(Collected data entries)

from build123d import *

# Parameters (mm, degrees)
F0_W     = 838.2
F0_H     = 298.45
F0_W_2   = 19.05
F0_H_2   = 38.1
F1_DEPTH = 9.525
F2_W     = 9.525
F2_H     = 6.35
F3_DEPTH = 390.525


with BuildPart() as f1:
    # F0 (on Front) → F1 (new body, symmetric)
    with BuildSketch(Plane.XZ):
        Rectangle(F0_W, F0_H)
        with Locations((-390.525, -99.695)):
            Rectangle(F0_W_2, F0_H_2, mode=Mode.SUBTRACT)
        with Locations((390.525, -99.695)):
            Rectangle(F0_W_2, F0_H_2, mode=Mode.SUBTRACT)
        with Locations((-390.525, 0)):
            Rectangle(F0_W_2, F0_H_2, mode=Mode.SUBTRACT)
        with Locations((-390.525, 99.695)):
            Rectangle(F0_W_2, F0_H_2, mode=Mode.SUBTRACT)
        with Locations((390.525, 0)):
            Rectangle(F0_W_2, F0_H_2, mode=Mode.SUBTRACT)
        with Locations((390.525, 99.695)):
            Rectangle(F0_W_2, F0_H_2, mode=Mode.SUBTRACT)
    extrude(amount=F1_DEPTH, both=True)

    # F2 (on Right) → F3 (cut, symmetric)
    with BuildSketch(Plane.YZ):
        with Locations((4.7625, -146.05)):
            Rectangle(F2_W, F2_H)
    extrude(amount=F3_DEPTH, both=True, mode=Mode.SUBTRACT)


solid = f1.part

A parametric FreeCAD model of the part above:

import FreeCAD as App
import Part
import Sketcher
Q = App.Units.Quantity

doc = App.newDocument("Part")
params = doc.addObject("Spreadsheet::Sheet", "Params")
for row, (alias, value) in enumerate([
    ("sketch1_width", "33 in"),
    ("sketch1_height", "1.5 in"),
    ("sketch1_width2", "0.75 in"),
    ("sketch1_height2", "11.75 in"),
    ("pad1_length", "0.75 in"),
    ("sketch2_height", "0.25 in"),
    ("sketch2_width", "0.375 in"),
    ("pocket1_length", "30.75 in"),
], start=1):
    params.set(f"A{row}", alias)
    params.set(f"B{row}", "=" + value)
    params.setAlias(f"B{row}", alias)

body = doc.addObject("PartDesign::Body", "Body")

sketch1 = doc.addObject("Sketcher::SketchObject", "Sketch")
body.addObject(sketch1)
sketch1.AttachmentSupport = (doc.XZ_Plane, [""])
sketch1.MapMode = "FlatFace"
sketch1.addGeometry([
    Part.LineSegment(App.Vector(-419, 149, 0), App.Vector(-419, -149, 0)),
    Part.LineSegment(App.Vector(-419, -149, 0), App.Vector(419, -149, 0)),
    Part.LineSegment(App.Vector(419, -149, 0), App.Vector(419, 149, 0)),
    Part.LineSegment(App.Vector(419, 149, 0), App.Vector(-419, 149, 0)),
    Part.LineSegment(App.Vector(-381, -119, 0), App.Vector(-400, -119, 0)),
    Part.LineSegment(App.Vector(-400, -119, 0), App.Vector(-400, -81, 0)),
    Part.LineSegment(App.Vector(-400, -81, 0), App.Vector(-381, -81, 0)),
    Part.LineSegment(App.Vector(-381, -81, 0), App.Vector(-381, -119, 0)),
    Part.LineSegment(App.Vector(400, -119, 0), App.Vector(381, -119, 0)),
    Part.LineSegment(App.Vector(381, -119, 0), App.Vector(381, -81, 0)),
    Part.LineSegment(App.Vector(381, -81, 0), App.Vector(400, -81, 0)),
    Part.LineSegment(App.Vector(400, -81, 0), App.Vector(400, -119, 0)),
    Part.LineSegment(App.Vector(-381, -19, 0), App.Vector(-400, -19, 0)),
    Part.LineSegment(App.Vector(-400, -19, 0), App.Vector(-400, 19, 0)),
    Part.LineSegment(App.Vector(-400, 19, 0), App.Vector(-381, 19, 0)),
    Part.LineSegment(App.Vector(-381, 19, 0), App.Vector(-381, -19, 0)),
    Part.LineSegment(App.Vector(-381, 81, 0), App.Vector(-400, 81, 0)),
    Part.LineSegment(App.Vector(-400, 81, 0), App.Vector(-400, 119, 0)),
    Part.LineSegment(App.Vector(-400, 119, 0), App.Vector(-381, 119, 0)),
    Part.LineSegment(App.Vector(-381, 119, 0), App.Vector(-381, 81, 0)),
    Part.LineSegment(App.Vector(400, -19, 0), App.Vector(381, -19, 0)),
    Part.LineSegment(App.Vector(381, -19, 0), App.Vector(381, 19, 0)),
    Part.LineSegment(App.Vector(381, 19, 0), App.Vector(400, 19, 0)),
    Part.LineSegment(App.Vector(400, 19, 0), App.Vector(400, -19, 0)),
    Part.LineSegment(App.Vector(400, 81, 0), App.Vector(381, 81, 0)),
    Part.LineSegment(App.Vector(381, 81, 0), App.Vector(381, 119, 0)),
    Part.LineSegment(App.Vector(381, 119, 0), App.Vector(400, 119, 0)),
    Part.LineSegment(App.Vector(400, 119, 0), App.Vector(400, 81, 0)),
], False)
sketch1.addConstraint([
    Sketcher.Constraint("Coincident", 0, 2, 1, 1),
    Sketcher.Constraint("Coincident", 1, 2, 2, 1),
    Sketcher.Constraint("Coincident", 2, 2, 3, 1),
    Sketcher.Constraint("Coincident", 3, 2, 0, 1),
    Sketcher.Constraint("Coincident", 4, 2, 5, 1),
    Sketcher.Constraint("Coincident", 5, 2, 6, 1),
    Sketcher.Constraint("Coincident", 6, 2, 7, 1),
    Sketcher.Constraint("Coincident", 7, 2, 4, 1),
    Sketcher.Constraint("Coincident", 8, 2, 9, 1),
    Sketcher.Constraint("Coincident", 9, 2, 10, 1),
    Sketcher.Constraint("Coincident", 10, 2, 11, 1),
    Sketcher.Constraint("Coincident", 11, 2, 8, 1),
    Sketcher.Constraint("Coincident", 12, 2, 13, 1),
    Sketcher.Constraint("Coincident", 13, 2, 14, 1),
    Sketcher.Constraint("Coincident", 14, 2, 15, 1),
    Sketcher.Constraint("Coincident", 15, 2, 12, 1),
    Sketcher.Constraint("Coincident", 16, 2, 17, 1),
    Sketcher.Constraint("Coincident", 17, 2, 18, 1),
    Sketcher.Constraint("Coincident", 18, 2, 19, 1),
    Sketcher.Constraint("Coincident", 19, 2, 16, 1),
    Sketcher.Constraint("Coincident", 20, 2, 21, 1),
    Sketcher.Constraint("Coincident", 21, 2, 22, 1),
    Sketcher.Constraint("Coincident", 22, 2, 23, 1),
    Sketcher.Constraint("Coincident", 23, 2, 20, 1),
    Sketcher.Constraint("Coincident", 24, 2, 25, 1),
    Sketcher.Constraint("Coincident", 25, 2, 26, 1),
    Sketcher.Constraint("Coincident", 26, 2, 27, 1),
    Sketcher.Constraint("Coincident", 27, 2, 24, 1),
    Sketcher.Constraint("Vertical", 0),
    Sketcher.Constraint("Horizontal", 1),
    Sketcher.Constraint("Vertical", 2),
    Sketcher.Constraint("Horizontal", 3),
    Sketcher.Constraint("Horizontal", 4),
    Sketcher.Constraint("Vertical", 5),
    Sketcher.Constraint("Horizontal", 6),
    Sketcher.Constraint("Vertical", 7),
    Sketcher.Constraint("Horizontal", 8),
    Sketcher.Constraint("Vertical", 9),
    Sketcher.Constraint("Horizontal", 10),
    Sketcher.Constraint("Vertical", 11),
    Sketcher.Constraint("Horizontal", 12),
    Sketcher.Constraint("Vertical", 13),
    Sketcher.Constraint("Horizontal", 14),
    Sketcher.Constraint("Vertical", 15),
    Sketcher.Constraint("Horizontal", 16),
    Sketcher.Constraint("Vertical", 17),
    Sketcher.Constraint("Horizontal", 18),
    Sketcher.Constraint("Vertical", 19),
    Sketcher.Constraint("Horizontal", 20),
    Sketcher.Constraint("Vertical", 21),
    Sketcher.Constraint("Horizontal", 22),
    Sketcher.Constraint("Vertical", 23),
    Sketcher.Constraint("Horizontal", 24),
    Sketcher.Constraint("Vertical", 25),
    Sketcher.Constraint("Horizontal", 26),
    Sketcher.Constraint("Vertical", 27),
    Sketcher.Constraint("Symmetric", 0, 2, 2, 2, -1, 1),
    Sketcher.Constraint("Symmetric", 10, 2, 16, 2, -1, 1),
    Sketcher.Constraint("Symmetric", 8, 2, 18, 2, -1, 1),
    Sketcher.Constraint("Symmetric", 14, 2, 20, 2, -1, 1),
    Sketcher.Constraint("Symmetric", 12, 2, 22, 2, -1, 1),
    Sketcher.Constraint("Symmetric", 6, 2, 24, 2, -1, 1),
    Sketcher.Constraint("Symmetric", 4, 2, 26, 2, -1, 1),
    Sketcher.Constraint("Symmetric", 7, 2, 8, 2, -2),
    Sketcher.Constraint("Symmetric", 5, 2, 10, 2, -2),
    Sketcher.Constraint("Horizontal", 15, 2, 20, 2),
    Sketcher.Constraint("Vertical", 5, 2, 12, 2),
    Sketcher.Constraint("Vertical", 7, 2, 14, 2),
    Sketcher.Constraint("Equal", 11, 13),
    Sketcher.Constraint("DistanceX", 1, 1, 1, 2, Q("33 in")),
    Sketcher.Constraint("DistanceY", 5, 1, 5, 2, Q("1.5 in")),
    Sketcher.Constraint("DistanceX", 6, 2, -1, 1, Q("15 in")),
    Sketcher.Constraint("DistanceX", 4, 2, 4, 1, Q("0.75 in")),
    Sketcher.Constraint("DistanceY", 0, 2, 0, 1, Q("11.75 in")),
    Sketcher.Constraint("DistanceY", 0, 2, 4, 2, Q("1.2 in")),
])
sketch1.setExpression("Constraints[69]", "Params.sketch1_width")
sketch1.setExpression("Constraints[70]", "Params.sketch1_height")
sketch1.setExpression("Constraints[72]", "Params.sketch1_width2")
sketch1.setExpression("Constraints[73]", "Params.sketch1_height2")
pad1 = doc.addObject("PartDesign::Pad", "Pad")
body.addObject(pad1)
pad1.Profile = sketch1
pad1.setExpression("Length", "Params.pad1_length")
pad1.Midplane = True

sketch2 = doc.addObject("Sketcher::SketchObject", "Sketch001")
body.addObject(sketch2)
sketch2.AttachmentSupport = (doc.YZ_Plane, [""])
sketch2.MapMode = "FlatFace"
sketch2.addGeometry([
    Part.LineSegment(App.Vector(0, -143, 0), App.Vector(0, -149, 0)),
    Part.LineSegment(App.Vector(0, -149, 0), App.Vector(10, -149, 0)),
    Part.LineSegment(App.Vector(10, -149, 0), App.Vector(10, -143, 0)),
    Part.LineSegment(App.Vector(10, -143, 0), App.Vector(0, -143, 0)),
], False)
sketch2.addConstraint([
    Sketcher.Constraint("Coincident", 0, 2, 1, 1),
    Sketcher.Constraint("Coincident", 1, 2, 2, 1),
    Sketcher.Constraint("Coincident", 2, 2, 3, 1),
    Sketcher.Constraint("Coincident", 3, 2, 0, 1),
    Sketcher.Constraint("Vertical", 0),
    Sketcher.Constraint("Horizontal", 1),
    Sketcher.Constraint("Vertical", 2),
    Sketcher.Constraint("Horizontal", 3),
    Sketcher.Constraint("PointOnObject", 0, 2, -2),
    Sketcher.Constraint("DistanceY", 0, 2, 0, 1, Q("0.25 in")),
    Sketcher.Constraint("DistanceX", 1, 1, 1, 2, Q("0.375 in")),
    Sketcher.Constraint("DistanceY", 0, 2, -1, 1, Q("5.875 in")),
])
sketch2.setExpression("Constraints[9]", "Params.sketch2_height")
sketch2.setExpression("Constraints[10]", "Params.sketch2_width")
pocket1 = doc.addObject("PartDesign::Pocket", "Pocket")
body.addObject(pocket1)
pocket1.Profile = sketch2
pocket1.setExpression("Length", "Params.pocket1_length")
pocket1.Midplane = True

doc.recompute()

Instructions for the task – Write out every line of the data that holds the word "both".

Solution to the exercise –
    extrude(amount=F1_DEPTH, both=True)
    extrude(amount=F3_DEPTH, both=True, mode=Mode.SUBTRACT)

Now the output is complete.